The BlinkDB/SampleClean code is in the sampleclean/
directory. To setup your environment to run BlinkDB/SampleClean locally, you need to set HIVE_HOME and SCALA_HOME environmental variables in a file sampleclean/conf/blinkdb-env.sh
to point to the folders you just downloaded. BlinkDB comes with a template file blinkdb-env.sh.template
that you can copy and modify to get started:
$ cd sampleclean/conf
$ cp blinkdb-env.sh.template blinkdb-env.sh
Edit sampleclean/conf/blinkdb-env.sh
and set and uncomment the following variables for local mode/ First set the scala directory:
#Set the following to the top-level directory containing the scala code
export SCALA_HOME="/path/to/scala-2.10.4"
Then set the spark directory:
#Set the following to the top-level directory containing the spark code
export SPARK_HOME="/path/to/spark-0.9.1"
Set your Java home variable (if it isn't set already)
export JAVA_HOME="/path/to/java-home-1.7_21-or-newer"

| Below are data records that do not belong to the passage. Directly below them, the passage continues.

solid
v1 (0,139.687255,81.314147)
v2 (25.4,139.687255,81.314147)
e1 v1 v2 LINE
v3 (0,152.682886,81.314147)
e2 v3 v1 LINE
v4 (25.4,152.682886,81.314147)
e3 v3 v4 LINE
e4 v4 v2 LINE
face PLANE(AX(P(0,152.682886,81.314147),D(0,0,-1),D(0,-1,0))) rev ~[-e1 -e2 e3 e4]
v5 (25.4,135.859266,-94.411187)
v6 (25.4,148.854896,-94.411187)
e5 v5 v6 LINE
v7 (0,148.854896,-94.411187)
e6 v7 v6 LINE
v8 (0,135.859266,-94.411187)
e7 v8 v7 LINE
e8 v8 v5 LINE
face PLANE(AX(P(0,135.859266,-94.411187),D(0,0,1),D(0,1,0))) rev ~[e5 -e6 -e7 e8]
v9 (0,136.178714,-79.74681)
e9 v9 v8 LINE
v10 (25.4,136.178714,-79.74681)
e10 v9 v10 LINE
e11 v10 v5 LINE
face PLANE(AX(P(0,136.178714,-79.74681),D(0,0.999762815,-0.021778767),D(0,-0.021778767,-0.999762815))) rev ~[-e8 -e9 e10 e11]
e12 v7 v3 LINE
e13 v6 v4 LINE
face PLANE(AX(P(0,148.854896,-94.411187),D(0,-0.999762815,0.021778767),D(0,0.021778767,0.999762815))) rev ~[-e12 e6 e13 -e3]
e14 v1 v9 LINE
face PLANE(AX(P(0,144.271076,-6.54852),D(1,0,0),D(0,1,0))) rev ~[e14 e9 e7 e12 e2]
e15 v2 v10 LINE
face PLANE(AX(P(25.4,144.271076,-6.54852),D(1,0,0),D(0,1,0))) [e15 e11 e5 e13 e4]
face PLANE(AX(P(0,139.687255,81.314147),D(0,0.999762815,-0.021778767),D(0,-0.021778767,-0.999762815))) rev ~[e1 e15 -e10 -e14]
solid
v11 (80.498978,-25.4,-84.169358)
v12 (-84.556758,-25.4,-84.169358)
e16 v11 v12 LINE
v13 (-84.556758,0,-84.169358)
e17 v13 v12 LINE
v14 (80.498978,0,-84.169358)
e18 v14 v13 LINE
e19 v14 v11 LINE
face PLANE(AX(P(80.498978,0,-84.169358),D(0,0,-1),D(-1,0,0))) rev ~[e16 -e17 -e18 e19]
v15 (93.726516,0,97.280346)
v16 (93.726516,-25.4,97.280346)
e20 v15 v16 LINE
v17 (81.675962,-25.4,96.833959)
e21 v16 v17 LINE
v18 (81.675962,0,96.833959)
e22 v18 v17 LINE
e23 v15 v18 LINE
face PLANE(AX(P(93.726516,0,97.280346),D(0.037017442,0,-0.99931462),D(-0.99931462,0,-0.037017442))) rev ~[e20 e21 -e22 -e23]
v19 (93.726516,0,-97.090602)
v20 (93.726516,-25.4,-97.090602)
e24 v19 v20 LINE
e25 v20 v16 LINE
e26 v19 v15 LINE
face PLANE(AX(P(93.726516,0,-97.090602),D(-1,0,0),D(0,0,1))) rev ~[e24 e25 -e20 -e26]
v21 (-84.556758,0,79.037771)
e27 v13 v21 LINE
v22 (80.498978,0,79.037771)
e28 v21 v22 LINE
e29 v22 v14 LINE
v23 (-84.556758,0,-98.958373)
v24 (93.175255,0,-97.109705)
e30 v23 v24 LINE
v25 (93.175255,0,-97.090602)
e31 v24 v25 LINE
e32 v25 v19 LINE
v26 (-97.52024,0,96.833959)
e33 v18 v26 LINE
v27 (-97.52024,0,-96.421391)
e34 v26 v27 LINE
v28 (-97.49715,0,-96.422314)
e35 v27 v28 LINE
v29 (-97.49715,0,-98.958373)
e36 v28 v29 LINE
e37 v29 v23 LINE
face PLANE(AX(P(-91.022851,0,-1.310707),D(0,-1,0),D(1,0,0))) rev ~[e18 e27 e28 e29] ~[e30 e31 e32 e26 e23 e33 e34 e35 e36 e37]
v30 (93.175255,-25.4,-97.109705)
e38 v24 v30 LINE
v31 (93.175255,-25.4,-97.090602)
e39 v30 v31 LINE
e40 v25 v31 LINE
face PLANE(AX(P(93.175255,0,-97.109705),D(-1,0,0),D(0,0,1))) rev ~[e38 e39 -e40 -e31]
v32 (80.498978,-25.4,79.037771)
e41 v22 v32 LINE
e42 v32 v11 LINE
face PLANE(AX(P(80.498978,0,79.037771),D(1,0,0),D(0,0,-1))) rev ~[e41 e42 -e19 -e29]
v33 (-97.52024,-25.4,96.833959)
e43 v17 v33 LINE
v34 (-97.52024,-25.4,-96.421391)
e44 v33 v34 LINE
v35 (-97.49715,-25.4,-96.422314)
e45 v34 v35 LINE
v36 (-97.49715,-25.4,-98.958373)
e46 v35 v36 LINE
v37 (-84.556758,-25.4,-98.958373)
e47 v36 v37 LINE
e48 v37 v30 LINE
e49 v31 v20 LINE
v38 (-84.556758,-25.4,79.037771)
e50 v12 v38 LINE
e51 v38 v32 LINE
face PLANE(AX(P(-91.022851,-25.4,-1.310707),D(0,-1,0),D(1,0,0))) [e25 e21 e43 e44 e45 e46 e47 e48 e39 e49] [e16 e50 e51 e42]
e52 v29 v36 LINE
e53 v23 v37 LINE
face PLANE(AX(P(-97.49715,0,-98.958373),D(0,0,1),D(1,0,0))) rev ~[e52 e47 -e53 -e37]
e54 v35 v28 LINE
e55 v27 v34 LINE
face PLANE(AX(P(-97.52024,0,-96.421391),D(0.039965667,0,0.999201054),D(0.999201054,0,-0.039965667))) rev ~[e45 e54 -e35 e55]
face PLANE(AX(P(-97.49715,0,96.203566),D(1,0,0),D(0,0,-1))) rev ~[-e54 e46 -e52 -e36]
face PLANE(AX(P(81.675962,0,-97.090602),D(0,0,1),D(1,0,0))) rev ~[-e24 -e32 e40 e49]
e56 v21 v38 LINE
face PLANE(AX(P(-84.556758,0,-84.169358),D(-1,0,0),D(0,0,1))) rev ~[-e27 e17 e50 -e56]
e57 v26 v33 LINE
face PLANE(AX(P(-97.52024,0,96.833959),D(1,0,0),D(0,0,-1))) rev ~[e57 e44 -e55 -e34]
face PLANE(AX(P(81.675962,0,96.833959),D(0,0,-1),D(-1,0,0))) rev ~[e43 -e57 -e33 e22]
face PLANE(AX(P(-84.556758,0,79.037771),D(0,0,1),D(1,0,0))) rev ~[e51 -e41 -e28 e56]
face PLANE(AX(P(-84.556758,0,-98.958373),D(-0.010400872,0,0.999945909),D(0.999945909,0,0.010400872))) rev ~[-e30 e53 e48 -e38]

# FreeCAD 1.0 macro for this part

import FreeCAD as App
import Part
import Sketcher

V = App.Vector
Q = App.Units.Quantity

doc = App.newDocument("Part")
params = doc.addObject("Spreadsheet::Sheet", "Params")
for row, (alias, value) in enumerate([
    ("pad1_length", "1 in"),
    ("pad2_length", "1 in"),
    ("pad3_length", "1 in"),
], start=1):
    params.set(f"A{row}", alias)
    params.set(f"B{row}", "=" + value)
    params.setAlias(f"B{row}", alias)

body = doc.addObject("PartDesign::Body", "Body")

# Sketch on XZ plane
sketch1 = doc.addObject("Sketcher::SketchObject", "Sketch")
body.addObject(sketch1)
sketch1.AttachmentSupport = (doc.XZ_Plane, [""])
sketch1.MapMode = "FlatFace"
sketch1.addGeometry(Part.LineSegment(V(93.726516, -97.090602, 0), V(93.726516, 97.280346, 0)), False)
sketch1.addGeometry(Part.LineSegment(V(93.726516, 97.280346, 0), V(81.675962, 96.833959, 0)), False)
sketch1.addGeometry(Part.LineSegment(V(81.675962, 96.833959, 0), V(-97.52024, 96.833959, 0)), False)
sketch1.addGeometry(Part.LineSegment(V(-97.52024, 96.833959, 0), V(-97.52024, -96.421391, 0)), False)
sketch1.addGeometry(Part.LineSegment(V(-97.52024, -96.421391, 0), V(-86.362332, -96.867681, 0)), False)
sketch1.addGeometry(Part.LineSegment(V(-86.362332, -96.867681, 0), V(81.675962, -97.090602, 0)), False)
sketch1.addGeometry(Part.LineSegment(V(81.675962, -97.090602, 0), V(93.726516, -97.090602, 0)), False)
sketch1.addGeometry(Part.LineSegment(V(-86.362332, 80.09696, 0), V(81.675962, 80.09696, 0)), False)
sketch1.addGeometry(Part.LineSegment(V(81.675962, 80.09696, 0), V(81.675962, -84.593967, 0)), False)
sketch1.addGeometry(Part.LineSegment(V(81.675962, -84.593967, 0), V(-86.362332, -84.593967, 0)), False)
sketch1.addGeometry(Part.LineSegment(V(-86.362332, -84.593967, 0), V(-86.362332, 80.09696, 0)), False)
sketch1.addConstraint(Sketcher.Constraint("Coincident", 0, 2, 1, 1))
sketch1.addConstraint(Sketcher.Constraint("Coincident", 1, 2, 2, 1))
sketch1.addConstraint(Sketcher.Constraint("Coincident", 2, 2, 3, 1))
sketch1.addConstraint(Sketcher.Constraint("Coincident", 3, 2, 4, 1))
sketch1.addConstraint(Sketcher.Constraint("Coincident", 4, 2, 5, 1))
sketch1.addConstraint(Sketcher.Constraint("Coincident", 5, 2, 6, 1))
sketch1.addConstraint(Sketcher.Constraint("Coincident", 6, 2, 0, 1))
sketch1.addConstraint(Sketcher.Constraint("Coincident", 7, 2, 8, 1))
sketch1.addConstraint(Sketcher.Constraint("Coincident", 8, 2, 9, 1))
sketch1.addConstraint(Sketcher.Constraint("Coincident", 9, 2, 10, 1))
sketch1.addConstraint(Sketcher.Constraint("Coincident", 10, 2, 7, 1))
sketch1.addConstraint(Sketcher.Constraint("Vertical", 0))
sketch1.addConstraint(Sketcher.Constraint("Horizontal", 2))
sketch1.addConstraint(Sketcher.Constraint("Vertical", 3))
sketch1.addConstraint(Sketcher.Constraint("Horizontal", 6))
sketch1.addConstraint(Sketcher.Constraint("Horizontal", 7))
sketch1.addConstraint(Sketcher.Constraint("Vertical", 8))
sketch1.addConstraint(Sketcher.Constraint("Horizontal", 9))
sketch1.addConstraint(Sketcher.Constraint("Vertical", 10))
sketch1.addConstraint(Sketcher.Constraint("Vertical", 1, 2, 5, 2))
sketch1.addConstraint(Sketcher.Constraint("Vertical", 5, 2, 7, 2))
sketch1.addConstraint(Sketcher.Constraint("Vertical", 4, 2, 9, 2))
sketch1.addConstraint(Sketcher.Constraint("DistanceX", 2, 2, 2, 1, 179.196201))
sketch1.addConstraint(Sketcher.Constraint("DistanceX", 2, 2, 0, 2, Q("7.5293998 in")))
sketch1.addConstraint(Sketcher.Constraint("DistanceY", 3, 2, 3, 1, 193.25535))
sketch1.addConstraint(Sketcher.Constraint("DistanceY", 5, 2, -1, 1, 97.090602))
sketch1.addConstraint(Sketcher.Constraint("DistanceY", 7, 2, 1, 2, 16.736999))
sketch1.addConstraint(Sketcher.Constraint("Distance", 1, 12.058819))
sketch1.addConstraint(Sketcher.Constraint("Distance", 4, 11.166829))
sketch1.addConstraint(Sketcher.Constraint("Distance", 5, 168.038442))
sketch1.addConstraint(Sketcher.Constraint("DistanceY", 0, 1, 0, 2, 194.370948))
sketch1.addConstraint(Sketcher.Constraint("DistanceY", 8, 2, 8, 1, 164.690927))
sketch1.addConstraint(Sketcher.Constraint("DistanceX", -1, 1, 1, 2, 81.675962))
pad1 = doc.addObject("PartDesign::Pad", "Pad")
body.addObject(pad1)
pad1.Profile = sketch1
pad1.setExpression("Length", "Params.pad1_length")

Finally, you need to set the location of your Hive binaries (built with ant), this will be in the build/dist folder of hive_blinkdb:
export HIVE_HOME="/path/to/hive_blinkdb/build/dist"
To use these variables in your current environment, run
$ source blinkdb-env.sh
Next, package and publish Spark and BlinkDB/SampleClean
$ cd $SPARK_HOME
$ sbt/sbt publish-local
$ cd <blinkdb directory>
$ sbt/sbt package
Next, create the default Hive warehouse directory. This is where Hive will store table data for native tables.
$ sudo mkdir -p /user/hive/warehouse
$ sudo chmod 0777 /user/hive/warehouse # Or make your username the owner
You can now start the BlinkDB/SampleClean CLI:
$ ./bin/sampleclean
After starting BlinkDB/SampleClean, it will present a SampleClean prompt:
sampleclean>
We have provided a example dirty dataset of world cities with various text formatting issues and semantic errors. Create a table and load the data in to the table:
sampleclean> CREATE TABLE cities (city string, country string, population string, area string, density string) ROW
FORMAT DELIMITED FIELDS TERMINATED BY ',' LINES TERMINATED BY '\n';
sampleclean> LOAD DATA LOCAL INPATH 'data/files/world_population.csv' OVERWRITE INTO TABLE cities;
To initialize a 10% "dirty sample" run:
sampleclean> SCINITIALIZE cities_sample (city, country, population, area, density)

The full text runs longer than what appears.